Stored data
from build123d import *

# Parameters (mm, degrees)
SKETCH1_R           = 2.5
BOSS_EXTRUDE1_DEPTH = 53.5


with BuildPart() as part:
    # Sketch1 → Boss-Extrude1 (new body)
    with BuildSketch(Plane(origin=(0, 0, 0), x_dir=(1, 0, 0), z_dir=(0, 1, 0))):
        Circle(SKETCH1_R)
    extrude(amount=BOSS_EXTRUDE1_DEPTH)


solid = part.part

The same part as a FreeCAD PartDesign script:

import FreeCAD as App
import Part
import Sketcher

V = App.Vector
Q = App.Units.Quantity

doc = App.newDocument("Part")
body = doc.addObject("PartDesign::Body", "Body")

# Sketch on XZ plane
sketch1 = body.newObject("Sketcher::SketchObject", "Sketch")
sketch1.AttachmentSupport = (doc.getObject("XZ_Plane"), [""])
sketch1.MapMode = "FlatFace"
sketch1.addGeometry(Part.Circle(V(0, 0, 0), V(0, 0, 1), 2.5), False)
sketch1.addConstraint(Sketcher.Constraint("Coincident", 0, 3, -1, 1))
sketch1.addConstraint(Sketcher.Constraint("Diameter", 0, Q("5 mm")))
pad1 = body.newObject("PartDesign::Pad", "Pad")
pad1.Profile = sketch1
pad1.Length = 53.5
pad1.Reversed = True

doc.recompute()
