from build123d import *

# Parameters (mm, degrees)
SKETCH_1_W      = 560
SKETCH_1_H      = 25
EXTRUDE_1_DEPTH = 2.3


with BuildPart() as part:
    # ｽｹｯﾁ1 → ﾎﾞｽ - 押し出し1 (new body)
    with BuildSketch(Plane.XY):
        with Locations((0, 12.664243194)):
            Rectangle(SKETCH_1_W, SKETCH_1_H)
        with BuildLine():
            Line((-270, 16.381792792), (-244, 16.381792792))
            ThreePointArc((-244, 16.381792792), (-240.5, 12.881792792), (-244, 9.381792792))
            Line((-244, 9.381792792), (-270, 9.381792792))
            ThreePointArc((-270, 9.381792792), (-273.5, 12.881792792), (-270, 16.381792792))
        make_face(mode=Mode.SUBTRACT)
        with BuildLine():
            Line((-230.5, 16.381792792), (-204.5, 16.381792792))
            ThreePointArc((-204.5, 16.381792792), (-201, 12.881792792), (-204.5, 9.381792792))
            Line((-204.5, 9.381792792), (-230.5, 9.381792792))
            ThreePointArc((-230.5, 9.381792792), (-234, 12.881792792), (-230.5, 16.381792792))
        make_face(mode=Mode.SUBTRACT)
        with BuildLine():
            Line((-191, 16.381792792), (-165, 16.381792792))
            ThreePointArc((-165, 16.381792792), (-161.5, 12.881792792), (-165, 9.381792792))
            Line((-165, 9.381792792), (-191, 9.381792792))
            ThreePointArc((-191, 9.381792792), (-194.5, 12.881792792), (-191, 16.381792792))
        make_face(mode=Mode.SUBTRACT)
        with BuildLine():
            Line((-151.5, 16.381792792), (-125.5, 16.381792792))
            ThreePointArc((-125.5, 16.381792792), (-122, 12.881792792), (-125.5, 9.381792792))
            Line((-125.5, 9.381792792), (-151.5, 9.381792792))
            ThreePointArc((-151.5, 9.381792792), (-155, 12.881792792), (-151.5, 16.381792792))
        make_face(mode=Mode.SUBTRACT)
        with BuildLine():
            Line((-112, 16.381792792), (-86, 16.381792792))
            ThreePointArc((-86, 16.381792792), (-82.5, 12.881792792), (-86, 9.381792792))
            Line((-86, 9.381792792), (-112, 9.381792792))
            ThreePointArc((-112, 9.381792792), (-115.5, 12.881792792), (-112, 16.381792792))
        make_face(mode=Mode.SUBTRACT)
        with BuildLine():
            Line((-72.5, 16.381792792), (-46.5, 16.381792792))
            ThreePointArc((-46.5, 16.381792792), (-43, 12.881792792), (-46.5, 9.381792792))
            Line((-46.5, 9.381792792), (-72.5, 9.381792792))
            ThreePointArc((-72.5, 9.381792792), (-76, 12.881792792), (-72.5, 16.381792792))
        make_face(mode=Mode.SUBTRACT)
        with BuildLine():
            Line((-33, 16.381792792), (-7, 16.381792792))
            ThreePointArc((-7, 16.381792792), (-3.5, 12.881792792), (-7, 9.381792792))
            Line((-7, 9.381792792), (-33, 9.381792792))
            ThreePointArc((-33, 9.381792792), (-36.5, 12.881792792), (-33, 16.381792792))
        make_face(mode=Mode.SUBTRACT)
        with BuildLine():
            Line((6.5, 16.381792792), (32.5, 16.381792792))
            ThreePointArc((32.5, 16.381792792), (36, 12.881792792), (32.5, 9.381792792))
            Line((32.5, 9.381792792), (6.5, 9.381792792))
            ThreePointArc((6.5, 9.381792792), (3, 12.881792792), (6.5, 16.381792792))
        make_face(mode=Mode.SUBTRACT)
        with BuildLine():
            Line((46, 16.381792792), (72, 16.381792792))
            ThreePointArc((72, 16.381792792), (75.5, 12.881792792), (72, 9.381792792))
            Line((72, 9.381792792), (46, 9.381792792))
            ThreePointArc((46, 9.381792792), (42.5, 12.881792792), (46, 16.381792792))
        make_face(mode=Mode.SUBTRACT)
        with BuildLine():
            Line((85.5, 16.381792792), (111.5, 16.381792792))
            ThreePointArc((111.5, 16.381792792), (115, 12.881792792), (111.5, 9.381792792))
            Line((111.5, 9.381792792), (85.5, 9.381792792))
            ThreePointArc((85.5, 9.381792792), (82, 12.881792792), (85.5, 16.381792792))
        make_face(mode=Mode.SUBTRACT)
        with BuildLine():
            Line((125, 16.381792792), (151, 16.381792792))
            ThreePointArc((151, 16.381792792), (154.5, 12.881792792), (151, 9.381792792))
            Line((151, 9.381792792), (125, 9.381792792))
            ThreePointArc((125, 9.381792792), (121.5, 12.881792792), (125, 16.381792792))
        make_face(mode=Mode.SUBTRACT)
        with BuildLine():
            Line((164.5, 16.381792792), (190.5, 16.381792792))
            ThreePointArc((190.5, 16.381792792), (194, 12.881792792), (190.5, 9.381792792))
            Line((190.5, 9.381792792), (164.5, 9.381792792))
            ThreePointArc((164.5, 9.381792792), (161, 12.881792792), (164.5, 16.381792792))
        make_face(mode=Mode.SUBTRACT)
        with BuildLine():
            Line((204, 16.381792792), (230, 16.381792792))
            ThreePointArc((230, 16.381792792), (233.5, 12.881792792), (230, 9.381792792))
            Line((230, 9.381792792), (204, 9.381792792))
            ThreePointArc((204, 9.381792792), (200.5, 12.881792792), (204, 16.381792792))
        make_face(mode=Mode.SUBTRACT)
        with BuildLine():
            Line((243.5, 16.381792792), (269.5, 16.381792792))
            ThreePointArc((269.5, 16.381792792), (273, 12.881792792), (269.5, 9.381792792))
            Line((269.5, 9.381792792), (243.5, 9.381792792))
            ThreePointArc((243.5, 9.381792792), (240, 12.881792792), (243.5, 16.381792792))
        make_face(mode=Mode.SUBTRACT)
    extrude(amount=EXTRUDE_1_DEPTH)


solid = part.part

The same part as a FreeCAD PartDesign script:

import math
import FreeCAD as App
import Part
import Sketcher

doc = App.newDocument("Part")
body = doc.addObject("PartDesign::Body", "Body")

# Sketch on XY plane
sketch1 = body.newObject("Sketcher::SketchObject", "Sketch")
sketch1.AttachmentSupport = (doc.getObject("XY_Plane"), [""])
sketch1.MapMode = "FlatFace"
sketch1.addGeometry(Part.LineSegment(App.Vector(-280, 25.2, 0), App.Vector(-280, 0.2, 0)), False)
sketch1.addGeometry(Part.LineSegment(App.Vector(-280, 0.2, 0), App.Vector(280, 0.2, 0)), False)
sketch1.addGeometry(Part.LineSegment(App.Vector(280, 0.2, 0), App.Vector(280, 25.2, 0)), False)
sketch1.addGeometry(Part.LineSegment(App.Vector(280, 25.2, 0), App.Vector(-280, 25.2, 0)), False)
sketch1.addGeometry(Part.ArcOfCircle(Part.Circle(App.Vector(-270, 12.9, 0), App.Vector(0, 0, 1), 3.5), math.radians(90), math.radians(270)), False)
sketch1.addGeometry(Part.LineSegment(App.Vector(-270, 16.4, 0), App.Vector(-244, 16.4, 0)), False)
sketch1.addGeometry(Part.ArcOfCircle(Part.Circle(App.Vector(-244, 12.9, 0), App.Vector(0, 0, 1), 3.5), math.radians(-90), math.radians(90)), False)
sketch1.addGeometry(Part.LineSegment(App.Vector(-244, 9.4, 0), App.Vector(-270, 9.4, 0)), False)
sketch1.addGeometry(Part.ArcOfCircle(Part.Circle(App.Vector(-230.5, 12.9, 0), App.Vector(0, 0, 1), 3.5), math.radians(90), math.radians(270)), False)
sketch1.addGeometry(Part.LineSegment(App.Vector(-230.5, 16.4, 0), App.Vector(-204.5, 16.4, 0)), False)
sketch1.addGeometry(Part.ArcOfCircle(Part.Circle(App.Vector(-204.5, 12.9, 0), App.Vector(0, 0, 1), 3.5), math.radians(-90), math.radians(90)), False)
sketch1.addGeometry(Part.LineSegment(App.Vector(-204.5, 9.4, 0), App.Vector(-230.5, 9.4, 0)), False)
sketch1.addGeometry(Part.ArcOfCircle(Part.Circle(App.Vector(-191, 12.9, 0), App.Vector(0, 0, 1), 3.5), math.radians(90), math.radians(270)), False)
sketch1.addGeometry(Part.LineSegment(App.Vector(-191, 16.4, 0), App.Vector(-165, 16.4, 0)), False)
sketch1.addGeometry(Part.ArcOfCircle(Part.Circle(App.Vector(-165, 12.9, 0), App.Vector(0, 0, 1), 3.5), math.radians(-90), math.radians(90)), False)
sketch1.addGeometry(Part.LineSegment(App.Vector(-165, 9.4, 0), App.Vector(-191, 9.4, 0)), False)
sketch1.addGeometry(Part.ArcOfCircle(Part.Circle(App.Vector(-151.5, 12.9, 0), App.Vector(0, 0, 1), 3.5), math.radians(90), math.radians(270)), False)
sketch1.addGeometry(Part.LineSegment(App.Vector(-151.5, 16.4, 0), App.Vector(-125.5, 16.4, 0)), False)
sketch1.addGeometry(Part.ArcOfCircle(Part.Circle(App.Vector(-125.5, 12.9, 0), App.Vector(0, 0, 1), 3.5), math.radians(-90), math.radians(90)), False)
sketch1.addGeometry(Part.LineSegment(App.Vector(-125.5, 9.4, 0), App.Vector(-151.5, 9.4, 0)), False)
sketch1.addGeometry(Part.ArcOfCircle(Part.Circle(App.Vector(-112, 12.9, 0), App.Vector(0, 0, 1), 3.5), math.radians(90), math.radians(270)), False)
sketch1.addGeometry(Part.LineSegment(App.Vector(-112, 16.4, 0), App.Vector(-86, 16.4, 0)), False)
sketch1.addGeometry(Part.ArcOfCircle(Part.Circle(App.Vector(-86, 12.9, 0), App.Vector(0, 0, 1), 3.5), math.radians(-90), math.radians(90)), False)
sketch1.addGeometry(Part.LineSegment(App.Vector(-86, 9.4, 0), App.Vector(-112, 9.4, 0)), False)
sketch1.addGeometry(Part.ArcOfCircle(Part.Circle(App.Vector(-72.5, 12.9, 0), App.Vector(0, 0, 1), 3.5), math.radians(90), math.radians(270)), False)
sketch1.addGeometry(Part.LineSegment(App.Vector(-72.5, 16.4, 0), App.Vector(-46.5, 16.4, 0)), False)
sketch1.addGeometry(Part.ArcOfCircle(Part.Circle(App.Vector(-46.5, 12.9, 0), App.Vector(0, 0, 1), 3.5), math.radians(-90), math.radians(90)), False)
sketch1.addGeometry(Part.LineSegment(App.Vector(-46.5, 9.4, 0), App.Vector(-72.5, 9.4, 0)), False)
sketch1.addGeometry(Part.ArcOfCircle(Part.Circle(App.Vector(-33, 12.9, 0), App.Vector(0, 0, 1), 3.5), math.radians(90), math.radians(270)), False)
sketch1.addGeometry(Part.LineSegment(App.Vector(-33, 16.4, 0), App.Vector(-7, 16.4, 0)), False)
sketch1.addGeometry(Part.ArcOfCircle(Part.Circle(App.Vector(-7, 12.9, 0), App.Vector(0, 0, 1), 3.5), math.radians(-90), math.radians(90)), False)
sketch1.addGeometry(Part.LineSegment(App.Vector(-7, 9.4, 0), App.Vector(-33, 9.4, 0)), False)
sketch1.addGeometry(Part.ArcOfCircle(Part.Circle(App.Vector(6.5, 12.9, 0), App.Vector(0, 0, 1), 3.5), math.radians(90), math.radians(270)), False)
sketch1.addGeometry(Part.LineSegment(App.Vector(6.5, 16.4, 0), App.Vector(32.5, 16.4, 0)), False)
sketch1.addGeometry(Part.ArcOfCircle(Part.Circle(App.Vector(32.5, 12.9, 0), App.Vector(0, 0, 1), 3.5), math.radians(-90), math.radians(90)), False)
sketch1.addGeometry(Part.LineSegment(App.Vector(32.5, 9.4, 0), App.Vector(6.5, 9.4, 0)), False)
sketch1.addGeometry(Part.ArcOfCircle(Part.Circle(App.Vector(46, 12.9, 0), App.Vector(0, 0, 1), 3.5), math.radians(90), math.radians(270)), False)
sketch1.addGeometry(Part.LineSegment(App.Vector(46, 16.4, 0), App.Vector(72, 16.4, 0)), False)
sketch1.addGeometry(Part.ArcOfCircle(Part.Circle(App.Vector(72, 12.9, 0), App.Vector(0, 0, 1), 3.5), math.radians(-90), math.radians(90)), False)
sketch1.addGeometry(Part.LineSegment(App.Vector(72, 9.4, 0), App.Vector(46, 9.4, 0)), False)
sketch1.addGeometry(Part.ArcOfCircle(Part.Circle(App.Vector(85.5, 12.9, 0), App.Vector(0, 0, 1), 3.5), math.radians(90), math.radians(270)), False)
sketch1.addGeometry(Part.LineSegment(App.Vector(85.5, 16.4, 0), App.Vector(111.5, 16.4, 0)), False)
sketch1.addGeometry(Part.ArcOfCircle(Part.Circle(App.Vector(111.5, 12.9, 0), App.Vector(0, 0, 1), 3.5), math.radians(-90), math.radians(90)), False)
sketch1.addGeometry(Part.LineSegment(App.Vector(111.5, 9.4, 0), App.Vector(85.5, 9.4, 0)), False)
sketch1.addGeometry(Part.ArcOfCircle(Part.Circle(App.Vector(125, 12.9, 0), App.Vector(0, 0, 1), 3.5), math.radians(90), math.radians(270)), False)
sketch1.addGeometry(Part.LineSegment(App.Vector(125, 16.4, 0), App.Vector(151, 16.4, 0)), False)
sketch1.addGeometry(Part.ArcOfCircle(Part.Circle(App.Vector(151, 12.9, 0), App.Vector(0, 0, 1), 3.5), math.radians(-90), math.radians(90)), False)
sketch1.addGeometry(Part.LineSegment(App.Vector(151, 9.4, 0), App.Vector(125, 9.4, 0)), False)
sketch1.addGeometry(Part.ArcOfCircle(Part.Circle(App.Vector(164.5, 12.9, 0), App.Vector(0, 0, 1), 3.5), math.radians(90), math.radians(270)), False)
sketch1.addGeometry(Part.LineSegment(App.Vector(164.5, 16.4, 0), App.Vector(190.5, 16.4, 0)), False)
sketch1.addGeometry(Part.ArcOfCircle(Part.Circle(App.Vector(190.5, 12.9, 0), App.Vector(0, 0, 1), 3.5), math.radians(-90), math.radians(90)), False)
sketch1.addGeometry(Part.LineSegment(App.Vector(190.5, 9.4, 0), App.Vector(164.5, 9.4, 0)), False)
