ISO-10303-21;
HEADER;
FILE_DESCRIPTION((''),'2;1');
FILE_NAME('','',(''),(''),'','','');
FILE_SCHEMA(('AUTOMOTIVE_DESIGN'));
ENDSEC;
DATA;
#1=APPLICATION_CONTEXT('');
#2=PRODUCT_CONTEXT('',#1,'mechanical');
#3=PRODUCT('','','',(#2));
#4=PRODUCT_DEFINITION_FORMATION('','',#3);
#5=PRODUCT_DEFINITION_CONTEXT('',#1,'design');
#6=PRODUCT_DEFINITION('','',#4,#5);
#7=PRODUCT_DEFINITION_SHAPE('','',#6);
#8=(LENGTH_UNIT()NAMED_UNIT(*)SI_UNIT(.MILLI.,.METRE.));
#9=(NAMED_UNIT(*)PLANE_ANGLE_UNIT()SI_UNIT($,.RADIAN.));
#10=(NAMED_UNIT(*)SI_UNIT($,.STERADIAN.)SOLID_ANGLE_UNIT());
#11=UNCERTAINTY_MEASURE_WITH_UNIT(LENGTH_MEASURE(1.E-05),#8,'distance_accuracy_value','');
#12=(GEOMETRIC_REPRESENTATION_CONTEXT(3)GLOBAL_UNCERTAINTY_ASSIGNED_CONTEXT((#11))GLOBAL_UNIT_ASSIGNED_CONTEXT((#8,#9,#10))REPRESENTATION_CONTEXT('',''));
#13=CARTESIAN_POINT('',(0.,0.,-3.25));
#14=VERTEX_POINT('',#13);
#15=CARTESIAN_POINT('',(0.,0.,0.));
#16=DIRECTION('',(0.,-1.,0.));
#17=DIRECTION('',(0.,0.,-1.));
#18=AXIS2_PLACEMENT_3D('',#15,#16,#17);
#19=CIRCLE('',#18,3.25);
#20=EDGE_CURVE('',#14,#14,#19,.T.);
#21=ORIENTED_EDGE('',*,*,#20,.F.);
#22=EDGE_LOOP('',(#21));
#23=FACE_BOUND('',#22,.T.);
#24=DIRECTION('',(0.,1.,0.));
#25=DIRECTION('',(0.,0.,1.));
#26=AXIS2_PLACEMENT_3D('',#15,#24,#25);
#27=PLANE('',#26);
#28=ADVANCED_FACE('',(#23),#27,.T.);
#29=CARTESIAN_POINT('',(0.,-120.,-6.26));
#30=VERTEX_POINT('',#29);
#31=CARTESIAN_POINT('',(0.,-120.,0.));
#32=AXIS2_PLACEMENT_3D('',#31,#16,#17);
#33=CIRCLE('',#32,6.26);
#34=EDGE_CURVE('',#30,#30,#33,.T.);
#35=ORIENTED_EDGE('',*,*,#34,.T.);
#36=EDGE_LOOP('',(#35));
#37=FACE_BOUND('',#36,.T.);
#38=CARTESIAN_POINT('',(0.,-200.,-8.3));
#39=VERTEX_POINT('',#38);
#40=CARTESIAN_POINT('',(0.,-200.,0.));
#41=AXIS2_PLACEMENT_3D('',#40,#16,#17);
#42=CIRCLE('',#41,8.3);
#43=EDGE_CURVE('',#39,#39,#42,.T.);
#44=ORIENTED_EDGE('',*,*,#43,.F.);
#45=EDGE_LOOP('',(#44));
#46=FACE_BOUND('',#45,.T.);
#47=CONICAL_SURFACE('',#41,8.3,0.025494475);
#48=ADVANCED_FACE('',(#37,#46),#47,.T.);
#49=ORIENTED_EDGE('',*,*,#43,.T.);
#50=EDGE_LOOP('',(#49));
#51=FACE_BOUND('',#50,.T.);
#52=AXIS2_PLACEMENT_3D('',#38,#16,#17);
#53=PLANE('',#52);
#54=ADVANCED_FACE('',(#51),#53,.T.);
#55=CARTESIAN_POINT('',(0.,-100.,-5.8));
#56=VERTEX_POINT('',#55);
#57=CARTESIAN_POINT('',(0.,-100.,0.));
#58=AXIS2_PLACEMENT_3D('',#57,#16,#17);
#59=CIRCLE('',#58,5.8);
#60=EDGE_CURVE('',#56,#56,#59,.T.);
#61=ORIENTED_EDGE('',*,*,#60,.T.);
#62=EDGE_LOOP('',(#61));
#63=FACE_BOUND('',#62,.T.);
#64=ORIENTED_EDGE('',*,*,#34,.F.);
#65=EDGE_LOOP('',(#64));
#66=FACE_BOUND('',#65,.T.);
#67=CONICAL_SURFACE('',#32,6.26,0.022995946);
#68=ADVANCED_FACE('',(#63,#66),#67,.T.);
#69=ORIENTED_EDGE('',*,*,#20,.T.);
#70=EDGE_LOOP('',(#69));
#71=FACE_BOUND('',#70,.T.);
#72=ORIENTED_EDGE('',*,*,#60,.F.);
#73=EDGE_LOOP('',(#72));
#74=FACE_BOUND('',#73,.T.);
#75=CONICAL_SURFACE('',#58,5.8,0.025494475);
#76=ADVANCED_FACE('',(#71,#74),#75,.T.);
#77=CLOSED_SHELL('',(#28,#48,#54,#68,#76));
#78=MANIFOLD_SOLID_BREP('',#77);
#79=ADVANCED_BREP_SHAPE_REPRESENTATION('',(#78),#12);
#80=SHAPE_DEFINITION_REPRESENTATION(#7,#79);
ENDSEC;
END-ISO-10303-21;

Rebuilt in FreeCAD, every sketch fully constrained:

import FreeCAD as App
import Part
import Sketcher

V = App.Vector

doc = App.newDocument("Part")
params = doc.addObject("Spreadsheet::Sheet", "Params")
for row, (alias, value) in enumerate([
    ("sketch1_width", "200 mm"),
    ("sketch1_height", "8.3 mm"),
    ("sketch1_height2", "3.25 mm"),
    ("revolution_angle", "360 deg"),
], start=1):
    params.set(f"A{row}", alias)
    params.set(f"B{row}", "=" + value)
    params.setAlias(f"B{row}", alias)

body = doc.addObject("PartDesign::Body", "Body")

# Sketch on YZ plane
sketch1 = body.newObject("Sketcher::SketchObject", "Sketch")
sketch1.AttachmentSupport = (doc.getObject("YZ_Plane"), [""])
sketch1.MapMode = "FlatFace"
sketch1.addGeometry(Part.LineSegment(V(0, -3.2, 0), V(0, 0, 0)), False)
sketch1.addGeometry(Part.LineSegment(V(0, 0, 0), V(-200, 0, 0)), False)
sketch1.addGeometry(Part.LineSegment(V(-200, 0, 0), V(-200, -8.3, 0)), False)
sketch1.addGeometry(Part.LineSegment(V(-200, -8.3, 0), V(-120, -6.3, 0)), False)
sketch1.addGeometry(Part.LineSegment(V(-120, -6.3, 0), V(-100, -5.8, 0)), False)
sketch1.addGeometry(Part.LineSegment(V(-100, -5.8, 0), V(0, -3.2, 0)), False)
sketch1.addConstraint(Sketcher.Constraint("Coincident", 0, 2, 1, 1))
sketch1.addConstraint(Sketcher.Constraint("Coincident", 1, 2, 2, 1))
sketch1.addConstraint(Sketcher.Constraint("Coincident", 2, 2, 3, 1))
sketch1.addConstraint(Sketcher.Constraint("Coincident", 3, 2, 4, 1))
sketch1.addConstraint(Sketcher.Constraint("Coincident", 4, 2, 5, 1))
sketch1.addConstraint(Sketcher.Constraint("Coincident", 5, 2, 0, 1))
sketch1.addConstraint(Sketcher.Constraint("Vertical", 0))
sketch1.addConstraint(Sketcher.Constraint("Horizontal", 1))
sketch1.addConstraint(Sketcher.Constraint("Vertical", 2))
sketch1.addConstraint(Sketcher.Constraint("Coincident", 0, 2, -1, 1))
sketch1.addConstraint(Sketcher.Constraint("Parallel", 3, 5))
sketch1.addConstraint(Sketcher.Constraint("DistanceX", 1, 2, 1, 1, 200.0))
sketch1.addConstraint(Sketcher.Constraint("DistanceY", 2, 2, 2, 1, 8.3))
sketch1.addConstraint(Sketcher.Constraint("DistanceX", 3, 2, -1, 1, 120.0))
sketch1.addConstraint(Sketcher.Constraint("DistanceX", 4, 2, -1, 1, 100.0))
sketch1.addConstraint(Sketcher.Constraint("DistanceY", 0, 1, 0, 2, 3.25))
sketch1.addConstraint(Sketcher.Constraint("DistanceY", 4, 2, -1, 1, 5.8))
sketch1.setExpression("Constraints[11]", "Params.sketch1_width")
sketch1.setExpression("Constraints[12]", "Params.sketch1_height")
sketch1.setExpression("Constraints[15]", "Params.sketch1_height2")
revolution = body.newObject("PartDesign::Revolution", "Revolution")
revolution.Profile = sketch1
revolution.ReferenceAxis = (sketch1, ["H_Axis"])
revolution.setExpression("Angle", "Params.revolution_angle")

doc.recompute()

Task prompt
Across the data, pull every line containing the string "amount".

Exercise answer
    extrude(amount=BOSS_EXTRUDE1_DEPTH)
    extrude(amount=EXTRUDE_1_DEPTH)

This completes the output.